### The task
Please copy every line below that contains the string "origin".
*** Opening Material shown ***
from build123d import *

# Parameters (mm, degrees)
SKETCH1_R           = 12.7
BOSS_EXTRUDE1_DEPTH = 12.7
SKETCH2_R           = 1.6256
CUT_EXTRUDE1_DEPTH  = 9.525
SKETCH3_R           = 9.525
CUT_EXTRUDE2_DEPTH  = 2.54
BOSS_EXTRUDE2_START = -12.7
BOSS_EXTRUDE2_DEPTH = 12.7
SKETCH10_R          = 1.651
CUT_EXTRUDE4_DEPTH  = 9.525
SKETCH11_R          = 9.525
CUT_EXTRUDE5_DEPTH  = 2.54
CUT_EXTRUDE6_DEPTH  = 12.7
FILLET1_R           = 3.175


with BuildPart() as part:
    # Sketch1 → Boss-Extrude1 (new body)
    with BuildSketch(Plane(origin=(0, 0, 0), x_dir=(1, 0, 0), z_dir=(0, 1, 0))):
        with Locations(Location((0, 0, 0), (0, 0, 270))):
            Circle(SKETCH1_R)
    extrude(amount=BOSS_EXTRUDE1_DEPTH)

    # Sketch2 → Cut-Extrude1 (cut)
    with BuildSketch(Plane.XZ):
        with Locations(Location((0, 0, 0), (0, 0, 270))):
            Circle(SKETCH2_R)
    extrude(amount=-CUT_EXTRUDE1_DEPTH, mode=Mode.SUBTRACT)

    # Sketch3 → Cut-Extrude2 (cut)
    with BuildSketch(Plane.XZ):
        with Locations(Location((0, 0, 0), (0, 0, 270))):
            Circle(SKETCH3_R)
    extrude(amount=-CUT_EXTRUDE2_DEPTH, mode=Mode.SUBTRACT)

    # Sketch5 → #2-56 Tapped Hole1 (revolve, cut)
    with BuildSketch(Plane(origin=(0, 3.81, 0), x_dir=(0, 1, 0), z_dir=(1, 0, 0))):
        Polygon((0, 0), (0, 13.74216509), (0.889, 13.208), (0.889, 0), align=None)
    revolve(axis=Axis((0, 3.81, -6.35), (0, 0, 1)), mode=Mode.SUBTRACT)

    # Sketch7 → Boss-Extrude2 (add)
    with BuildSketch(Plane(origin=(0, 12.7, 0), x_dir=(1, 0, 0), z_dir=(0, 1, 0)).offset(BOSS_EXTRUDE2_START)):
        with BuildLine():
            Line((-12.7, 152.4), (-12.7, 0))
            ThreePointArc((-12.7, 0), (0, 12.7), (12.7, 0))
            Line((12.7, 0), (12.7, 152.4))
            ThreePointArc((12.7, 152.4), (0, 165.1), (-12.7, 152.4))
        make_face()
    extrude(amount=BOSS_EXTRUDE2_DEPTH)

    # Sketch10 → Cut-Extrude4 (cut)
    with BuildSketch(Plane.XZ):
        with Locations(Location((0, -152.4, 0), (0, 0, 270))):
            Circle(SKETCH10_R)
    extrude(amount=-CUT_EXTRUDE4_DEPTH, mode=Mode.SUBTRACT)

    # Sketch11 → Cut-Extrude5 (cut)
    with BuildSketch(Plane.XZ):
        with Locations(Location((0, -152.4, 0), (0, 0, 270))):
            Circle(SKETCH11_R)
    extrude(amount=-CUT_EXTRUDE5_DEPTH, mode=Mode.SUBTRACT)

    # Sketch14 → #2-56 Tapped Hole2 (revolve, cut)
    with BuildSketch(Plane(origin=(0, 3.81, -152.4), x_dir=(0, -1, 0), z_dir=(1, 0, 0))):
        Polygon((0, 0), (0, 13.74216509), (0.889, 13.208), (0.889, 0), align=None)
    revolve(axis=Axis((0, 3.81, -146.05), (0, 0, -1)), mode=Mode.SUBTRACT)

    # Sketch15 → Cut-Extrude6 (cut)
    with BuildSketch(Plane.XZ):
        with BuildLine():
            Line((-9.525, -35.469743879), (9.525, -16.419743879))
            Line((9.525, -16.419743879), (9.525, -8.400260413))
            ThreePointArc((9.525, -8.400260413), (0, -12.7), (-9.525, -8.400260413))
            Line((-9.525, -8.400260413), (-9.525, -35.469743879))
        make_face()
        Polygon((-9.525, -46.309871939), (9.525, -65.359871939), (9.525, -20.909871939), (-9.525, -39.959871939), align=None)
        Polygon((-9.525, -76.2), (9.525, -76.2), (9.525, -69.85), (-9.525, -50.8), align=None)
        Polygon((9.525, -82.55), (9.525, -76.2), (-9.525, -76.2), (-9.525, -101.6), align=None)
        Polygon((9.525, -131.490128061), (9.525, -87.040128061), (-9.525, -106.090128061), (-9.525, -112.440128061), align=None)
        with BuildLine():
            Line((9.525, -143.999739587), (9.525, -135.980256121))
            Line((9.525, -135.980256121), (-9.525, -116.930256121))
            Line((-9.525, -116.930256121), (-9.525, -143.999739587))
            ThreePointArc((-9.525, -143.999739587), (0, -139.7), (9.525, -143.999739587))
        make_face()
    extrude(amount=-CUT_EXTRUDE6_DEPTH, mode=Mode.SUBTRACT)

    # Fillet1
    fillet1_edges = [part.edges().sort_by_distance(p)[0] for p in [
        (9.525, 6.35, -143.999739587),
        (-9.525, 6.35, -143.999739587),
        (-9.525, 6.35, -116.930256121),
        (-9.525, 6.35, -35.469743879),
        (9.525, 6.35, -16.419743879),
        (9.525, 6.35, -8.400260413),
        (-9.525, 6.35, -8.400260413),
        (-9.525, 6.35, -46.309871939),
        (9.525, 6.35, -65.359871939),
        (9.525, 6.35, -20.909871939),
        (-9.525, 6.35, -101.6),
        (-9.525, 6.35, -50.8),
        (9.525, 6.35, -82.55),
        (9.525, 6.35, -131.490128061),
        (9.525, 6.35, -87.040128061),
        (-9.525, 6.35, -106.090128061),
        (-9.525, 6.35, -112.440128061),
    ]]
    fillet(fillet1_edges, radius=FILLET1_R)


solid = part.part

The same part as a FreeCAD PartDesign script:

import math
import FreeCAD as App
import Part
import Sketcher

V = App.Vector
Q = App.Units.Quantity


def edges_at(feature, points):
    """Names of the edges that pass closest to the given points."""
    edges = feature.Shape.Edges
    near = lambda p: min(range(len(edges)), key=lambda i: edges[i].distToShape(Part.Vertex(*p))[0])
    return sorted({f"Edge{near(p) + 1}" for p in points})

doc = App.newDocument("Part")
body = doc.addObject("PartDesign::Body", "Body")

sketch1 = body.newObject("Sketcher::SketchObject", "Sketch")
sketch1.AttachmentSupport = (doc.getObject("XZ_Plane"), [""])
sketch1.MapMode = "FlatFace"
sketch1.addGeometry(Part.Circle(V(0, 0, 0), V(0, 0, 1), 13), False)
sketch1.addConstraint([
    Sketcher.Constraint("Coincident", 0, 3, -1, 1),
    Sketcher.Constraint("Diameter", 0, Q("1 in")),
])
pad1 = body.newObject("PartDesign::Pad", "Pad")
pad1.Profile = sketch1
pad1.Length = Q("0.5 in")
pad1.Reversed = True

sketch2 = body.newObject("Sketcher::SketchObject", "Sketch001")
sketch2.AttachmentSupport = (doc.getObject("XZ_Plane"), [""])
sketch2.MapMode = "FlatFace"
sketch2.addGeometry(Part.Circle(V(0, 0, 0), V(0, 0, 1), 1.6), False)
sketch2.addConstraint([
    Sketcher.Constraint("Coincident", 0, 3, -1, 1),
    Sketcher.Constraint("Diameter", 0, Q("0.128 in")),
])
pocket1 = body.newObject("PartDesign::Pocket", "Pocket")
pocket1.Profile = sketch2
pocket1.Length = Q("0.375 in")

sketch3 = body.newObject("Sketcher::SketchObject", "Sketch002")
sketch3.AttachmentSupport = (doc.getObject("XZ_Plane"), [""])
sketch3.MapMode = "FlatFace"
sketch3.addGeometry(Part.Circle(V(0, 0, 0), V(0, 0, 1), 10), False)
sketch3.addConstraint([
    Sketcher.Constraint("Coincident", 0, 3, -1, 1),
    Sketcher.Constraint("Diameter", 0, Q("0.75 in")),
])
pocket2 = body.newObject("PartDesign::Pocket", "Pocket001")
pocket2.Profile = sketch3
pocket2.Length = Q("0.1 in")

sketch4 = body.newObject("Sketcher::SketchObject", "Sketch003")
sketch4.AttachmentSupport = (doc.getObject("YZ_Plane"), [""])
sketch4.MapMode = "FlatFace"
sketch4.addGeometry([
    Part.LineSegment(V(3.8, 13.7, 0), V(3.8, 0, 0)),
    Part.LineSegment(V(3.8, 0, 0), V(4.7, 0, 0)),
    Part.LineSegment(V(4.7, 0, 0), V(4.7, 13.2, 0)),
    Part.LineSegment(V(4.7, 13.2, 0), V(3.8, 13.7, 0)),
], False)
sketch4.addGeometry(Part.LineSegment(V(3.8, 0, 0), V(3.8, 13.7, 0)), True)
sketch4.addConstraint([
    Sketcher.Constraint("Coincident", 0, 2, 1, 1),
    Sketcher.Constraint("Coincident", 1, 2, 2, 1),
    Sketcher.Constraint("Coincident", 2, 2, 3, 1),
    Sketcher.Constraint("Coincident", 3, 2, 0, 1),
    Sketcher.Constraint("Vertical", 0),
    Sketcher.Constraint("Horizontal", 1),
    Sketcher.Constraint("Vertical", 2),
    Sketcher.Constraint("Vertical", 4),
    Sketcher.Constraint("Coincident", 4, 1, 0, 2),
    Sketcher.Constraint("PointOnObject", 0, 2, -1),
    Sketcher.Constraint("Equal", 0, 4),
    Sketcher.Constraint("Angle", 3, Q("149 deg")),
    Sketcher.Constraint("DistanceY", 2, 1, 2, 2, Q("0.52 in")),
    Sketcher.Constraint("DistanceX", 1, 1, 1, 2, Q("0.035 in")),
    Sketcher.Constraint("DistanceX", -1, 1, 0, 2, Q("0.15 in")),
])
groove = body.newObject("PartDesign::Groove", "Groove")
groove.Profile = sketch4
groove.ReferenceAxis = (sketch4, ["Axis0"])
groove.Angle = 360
*** Closing Material shown ***
### Answer section
    with BuildSketch(Plane(origin=(0, 0, 0), x_dir=(1, 0, 0), z_dir=(0, 1, 0))):
    with BuildSketch(Plane(origin=(0, 3.81, 0), x_dir=(0, 1, 0), z_dir=(1, 0, 0))):
    with BuildSketch(Plane(origin=(0, 12.7, 0), x_dir=(1, 0, 0), z_dir=(0, 1, 0)).offset(BOSS_EXTRUDE2_START)):
    with BuildSketch(Plane(origin=(0, 3.81, -152.4), x_dir=(0, -1, 0), z_dir=(1, 0, 0))):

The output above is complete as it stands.